Ийлэ попятилась, прижимаясь спиной к стене. Дверь свободна. Если не через окно… если пес здесь один… главное, из дому выбраться, а там дождь следы смоет…
…болен.
…и вряд ли способен бежать быстро.
…но если перекинется…
– Стой, – рявкнул пес. – Ты же не хочешь, чтобы я ее уронил?
Он вытянул руку, повернув так, что видна стала не только макушка отродья, которая лежала тихо. Жива ли? Жива. Бьется нить-волосок, натянулась до предела…
– Не хочешь, – со странным удовлетворением в голосе произнес пес. – Тогда иди сюда.
Ийлэ обернулась на дверь.
Что ей до отродья? Она ведь сама желала избавиться от нее, и если не смогла оставить в лесу, то дом – другое. Быть может, пес и не станет убивать младенца.
Пугает.
Или…
Он хмыкнул и перехватил отродье левой рукой, поднял за ноги.
– Рискни, – сказал он.
Ийлэ оскалилась.
Она уйдет и… и не сможет, потому что оловянные глаза отродья смотрят на нее.
Первый шаг дался с трудом. Колени дрожали. И руки, с трудом удерживавшие кувшин, который сделался большим и неудобным.
– Я тебя не трону, – пес отвел взгляд, точно ему было противно смотреть на Ийлэ. А может и противно. Она тощая. И грязная. И воняет от нее не только лесом, но так даже лучше… так спокойней…
– Не трону. Клянусь предвечной жилой.
Хорошая клятва.
Вот только Ийлэ больше клятвам не верила. Она сумела сделать три шага и только.
– Молоко, – удовлетворенно потянул пес, потянув носом. – Но холодное. Ей холодное нельзя, она и так замерзла. Вот там плита. Видишь?
Видит.
Старая, которую растапливали дровами и торфом, и тогда из труб шел черный дым, он и ныне лежит на прежнем месте, в древней корзине, прикрытой сверху тряпицей… будто ничего не изменилось.
Ложь.
– Не эта. С этой возиться долго. Рядом. На кристаллах, – пес вздохнул и, положив отродье на ладонь – она так и не издала ни звука – сам шагнул к новехонькой плите. – Посудину найди.
Медные кастрюли остались на прежнем месте, что огромная, в которой кухарка варила похлебку для наемных работников, что крохотная, с изогнутой ручкой, для кофе…
…отец любил пить кофе по утрам. А мама пеняла, дескать, вреден он для сердца…
…сталь вредней.
Медь оказалась холодной и тяжелой, едва ли не тяжелей кувшина.
– Поставь, – велел пес. – И молока налей… слушай, а надо водой разбавлять?
Ийлэ не знала.
В прежней ее жизни она не имела дела с младенцами, поскольку те обретались в детских комнатах, окруженные няньками, кормилицами и гувернантками.

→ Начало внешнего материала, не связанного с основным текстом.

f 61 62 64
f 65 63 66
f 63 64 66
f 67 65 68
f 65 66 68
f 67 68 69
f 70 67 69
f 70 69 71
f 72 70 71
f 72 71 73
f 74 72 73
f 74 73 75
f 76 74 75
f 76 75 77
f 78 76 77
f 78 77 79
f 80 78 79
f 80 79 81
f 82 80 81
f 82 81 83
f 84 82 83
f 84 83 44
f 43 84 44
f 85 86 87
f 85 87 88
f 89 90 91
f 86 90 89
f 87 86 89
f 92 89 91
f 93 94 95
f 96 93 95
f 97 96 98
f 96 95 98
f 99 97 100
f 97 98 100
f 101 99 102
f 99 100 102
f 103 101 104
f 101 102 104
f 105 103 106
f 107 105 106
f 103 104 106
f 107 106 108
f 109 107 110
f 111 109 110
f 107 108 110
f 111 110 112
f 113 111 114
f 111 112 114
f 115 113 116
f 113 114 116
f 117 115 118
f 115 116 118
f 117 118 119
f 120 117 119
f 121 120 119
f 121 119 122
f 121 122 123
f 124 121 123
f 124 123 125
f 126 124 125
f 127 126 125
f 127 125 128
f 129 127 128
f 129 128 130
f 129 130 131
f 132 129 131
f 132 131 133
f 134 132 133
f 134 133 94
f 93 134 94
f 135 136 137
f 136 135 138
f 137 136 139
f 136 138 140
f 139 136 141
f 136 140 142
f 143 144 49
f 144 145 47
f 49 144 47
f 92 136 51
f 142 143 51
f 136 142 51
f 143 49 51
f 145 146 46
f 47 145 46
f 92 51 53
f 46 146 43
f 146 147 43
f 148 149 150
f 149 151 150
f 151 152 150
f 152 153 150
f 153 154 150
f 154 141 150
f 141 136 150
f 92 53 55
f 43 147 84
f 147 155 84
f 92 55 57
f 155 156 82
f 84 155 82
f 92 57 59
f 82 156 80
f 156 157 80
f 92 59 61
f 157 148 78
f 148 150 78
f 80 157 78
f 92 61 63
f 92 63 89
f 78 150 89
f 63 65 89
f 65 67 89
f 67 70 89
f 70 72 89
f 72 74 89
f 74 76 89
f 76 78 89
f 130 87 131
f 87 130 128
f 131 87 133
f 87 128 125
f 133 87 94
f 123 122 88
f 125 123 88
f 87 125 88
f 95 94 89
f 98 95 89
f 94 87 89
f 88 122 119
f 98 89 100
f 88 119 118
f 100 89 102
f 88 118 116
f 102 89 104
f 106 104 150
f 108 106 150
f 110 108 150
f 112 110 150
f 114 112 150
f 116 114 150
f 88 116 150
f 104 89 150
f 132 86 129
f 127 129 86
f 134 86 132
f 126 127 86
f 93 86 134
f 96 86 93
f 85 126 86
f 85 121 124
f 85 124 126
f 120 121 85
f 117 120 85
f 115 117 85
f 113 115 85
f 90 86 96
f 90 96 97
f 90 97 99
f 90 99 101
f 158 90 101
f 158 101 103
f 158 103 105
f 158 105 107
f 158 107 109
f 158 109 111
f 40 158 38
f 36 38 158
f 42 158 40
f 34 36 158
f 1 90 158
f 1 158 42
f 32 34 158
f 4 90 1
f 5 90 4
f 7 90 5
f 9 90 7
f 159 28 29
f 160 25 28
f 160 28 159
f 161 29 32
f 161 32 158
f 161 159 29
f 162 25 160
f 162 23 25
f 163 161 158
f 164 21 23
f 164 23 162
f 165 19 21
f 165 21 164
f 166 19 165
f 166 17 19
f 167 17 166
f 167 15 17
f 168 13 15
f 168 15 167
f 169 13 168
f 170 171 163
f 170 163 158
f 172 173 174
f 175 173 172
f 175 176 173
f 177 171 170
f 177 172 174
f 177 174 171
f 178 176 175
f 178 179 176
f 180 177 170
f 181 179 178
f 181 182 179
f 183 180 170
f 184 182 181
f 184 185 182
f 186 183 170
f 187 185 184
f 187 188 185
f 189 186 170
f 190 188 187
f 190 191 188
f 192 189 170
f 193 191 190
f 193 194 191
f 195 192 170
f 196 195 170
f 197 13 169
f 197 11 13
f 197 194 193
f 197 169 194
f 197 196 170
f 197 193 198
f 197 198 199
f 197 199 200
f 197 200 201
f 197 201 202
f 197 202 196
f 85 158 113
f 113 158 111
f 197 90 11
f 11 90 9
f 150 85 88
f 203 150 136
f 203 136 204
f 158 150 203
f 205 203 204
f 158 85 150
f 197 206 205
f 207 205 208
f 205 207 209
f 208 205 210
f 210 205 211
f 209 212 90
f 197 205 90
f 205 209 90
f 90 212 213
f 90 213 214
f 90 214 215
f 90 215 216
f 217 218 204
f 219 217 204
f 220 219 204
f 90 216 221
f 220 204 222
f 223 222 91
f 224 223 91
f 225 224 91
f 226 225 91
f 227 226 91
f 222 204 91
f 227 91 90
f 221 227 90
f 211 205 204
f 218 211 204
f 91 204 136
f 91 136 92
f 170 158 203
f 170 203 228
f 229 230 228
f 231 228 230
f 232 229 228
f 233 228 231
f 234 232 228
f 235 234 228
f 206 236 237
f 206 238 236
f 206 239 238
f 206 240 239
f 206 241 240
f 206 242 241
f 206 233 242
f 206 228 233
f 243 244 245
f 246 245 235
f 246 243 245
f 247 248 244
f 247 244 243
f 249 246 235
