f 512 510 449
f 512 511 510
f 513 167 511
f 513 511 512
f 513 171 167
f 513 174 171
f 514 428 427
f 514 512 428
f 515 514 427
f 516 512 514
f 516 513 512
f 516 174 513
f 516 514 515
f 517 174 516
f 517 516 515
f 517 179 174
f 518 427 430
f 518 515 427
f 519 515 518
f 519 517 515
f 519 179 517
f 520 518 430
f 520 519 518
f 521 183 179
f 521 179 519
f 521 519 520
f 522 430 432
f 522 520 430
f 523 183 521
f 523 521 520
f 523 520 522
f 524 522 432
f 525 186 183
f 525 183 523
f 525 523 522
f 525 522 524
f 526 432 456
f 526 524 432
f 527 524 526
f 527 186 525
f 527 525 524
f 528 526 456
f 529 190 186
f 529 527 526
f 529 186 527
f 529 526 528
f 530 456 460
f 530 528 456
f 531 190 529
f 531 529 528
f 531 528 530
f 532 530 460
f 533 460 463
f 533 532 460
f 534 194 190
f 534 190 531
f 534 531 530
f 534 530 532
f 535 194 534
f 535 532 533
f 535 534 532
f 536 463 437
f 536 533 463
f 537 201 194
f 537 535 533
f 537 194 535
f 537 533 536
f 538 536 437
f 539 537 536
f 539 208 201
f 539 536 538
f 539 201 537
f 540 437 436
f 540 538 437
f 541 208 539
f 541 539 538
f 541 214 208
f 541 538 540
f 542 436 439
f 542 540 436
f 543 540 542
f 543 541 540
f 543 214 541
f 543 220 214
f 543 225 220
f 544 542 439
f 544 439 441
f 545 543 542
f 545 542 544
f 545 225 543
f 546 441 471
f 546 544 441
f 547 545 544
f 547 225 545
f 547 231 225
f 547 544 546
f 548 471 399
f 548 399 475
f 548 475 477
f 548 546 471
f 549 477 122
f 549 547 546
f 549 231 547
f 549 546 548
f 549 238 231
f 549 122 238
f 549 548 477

Пес отступил, пропуская Ийлэ к плите, и хотя она подошла очень близко, куда ближе, чем ей хотелось бы, не ударил. Чего ждет? Думает, что она и вправду поверит этой клятве?

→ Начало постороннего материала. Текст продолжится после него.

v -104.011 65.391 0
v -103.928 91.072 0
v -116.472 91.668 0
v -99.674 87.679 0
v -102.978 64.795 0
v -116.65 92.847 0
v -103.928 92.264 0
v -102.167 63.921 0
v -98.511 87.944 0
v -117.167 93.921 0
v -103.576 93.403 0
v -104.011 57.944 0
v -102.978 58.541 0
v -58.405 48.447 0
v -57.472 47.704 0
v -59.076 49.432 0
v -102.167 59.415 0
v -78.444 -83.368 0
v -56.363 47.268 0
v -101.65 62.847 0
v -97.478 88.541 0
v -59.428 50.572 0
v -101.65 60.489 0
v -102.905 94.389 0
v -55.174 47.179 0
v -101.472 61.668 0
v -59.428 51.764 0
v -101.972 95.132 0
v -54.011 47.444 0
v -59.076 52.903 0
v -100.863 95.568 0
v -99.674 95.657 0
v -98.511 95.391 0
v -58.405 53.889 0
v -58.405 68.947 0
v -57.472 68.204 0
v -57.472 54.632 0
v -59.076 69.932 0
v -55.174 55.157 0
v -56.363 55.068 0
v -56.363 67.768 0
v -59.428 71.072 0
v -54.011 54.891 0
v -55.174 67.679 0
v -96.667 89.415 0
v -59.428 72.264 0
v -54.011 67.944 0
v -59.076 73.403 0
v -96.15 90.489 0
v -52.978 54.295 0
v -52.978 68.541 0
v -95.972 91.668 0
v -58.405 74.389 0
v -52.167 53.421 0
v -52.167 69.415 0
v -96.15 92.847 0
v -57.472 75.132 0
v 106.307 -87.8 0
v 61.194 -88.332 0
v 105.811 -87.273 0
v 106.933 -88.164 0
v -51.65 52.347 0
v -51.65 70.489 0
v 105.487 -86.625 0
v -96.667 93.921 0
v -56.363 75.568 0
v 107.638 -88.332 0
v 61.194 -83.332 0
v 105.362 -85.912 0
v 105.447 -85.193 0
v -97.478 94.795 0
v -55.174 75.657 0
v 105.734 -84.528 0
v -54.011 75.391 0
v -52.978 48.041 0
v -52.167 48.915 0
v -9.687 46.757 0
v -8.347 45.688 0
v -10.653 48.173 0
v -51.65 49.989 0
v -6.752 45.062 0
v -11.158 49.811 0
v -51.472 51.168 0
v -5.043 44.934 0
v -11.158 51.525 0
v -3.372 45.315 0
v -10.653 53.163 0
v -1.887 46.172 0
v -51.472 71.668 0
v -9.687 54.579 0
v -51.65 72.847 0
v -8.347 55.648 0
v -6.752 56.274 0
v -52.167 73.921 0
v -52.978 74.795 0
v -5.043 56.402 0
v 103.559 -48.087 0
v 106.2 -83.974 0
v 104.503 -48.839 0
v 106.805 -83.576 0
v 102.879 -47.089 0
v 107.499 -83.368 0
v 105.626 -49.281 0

Клятвы – это слова. А слова ничего не значат.
Стоит. Дышит тяжело, с присвистом… и кажется, Ийлэ знает, откуда у него шрамы, она даже слышит существо, поселившееся в груди у пса…
– Не думай даже, – спокойно сказал он, отступив еще на шаг. – Убьешь меня – умрешь сама. А ты не хочешь умирать.
Ошибается.
– Никто не хочет умирать, – пес оперся на стену. – Но иногда приходится. Ты не отвлекайся. Сгорит сейчас.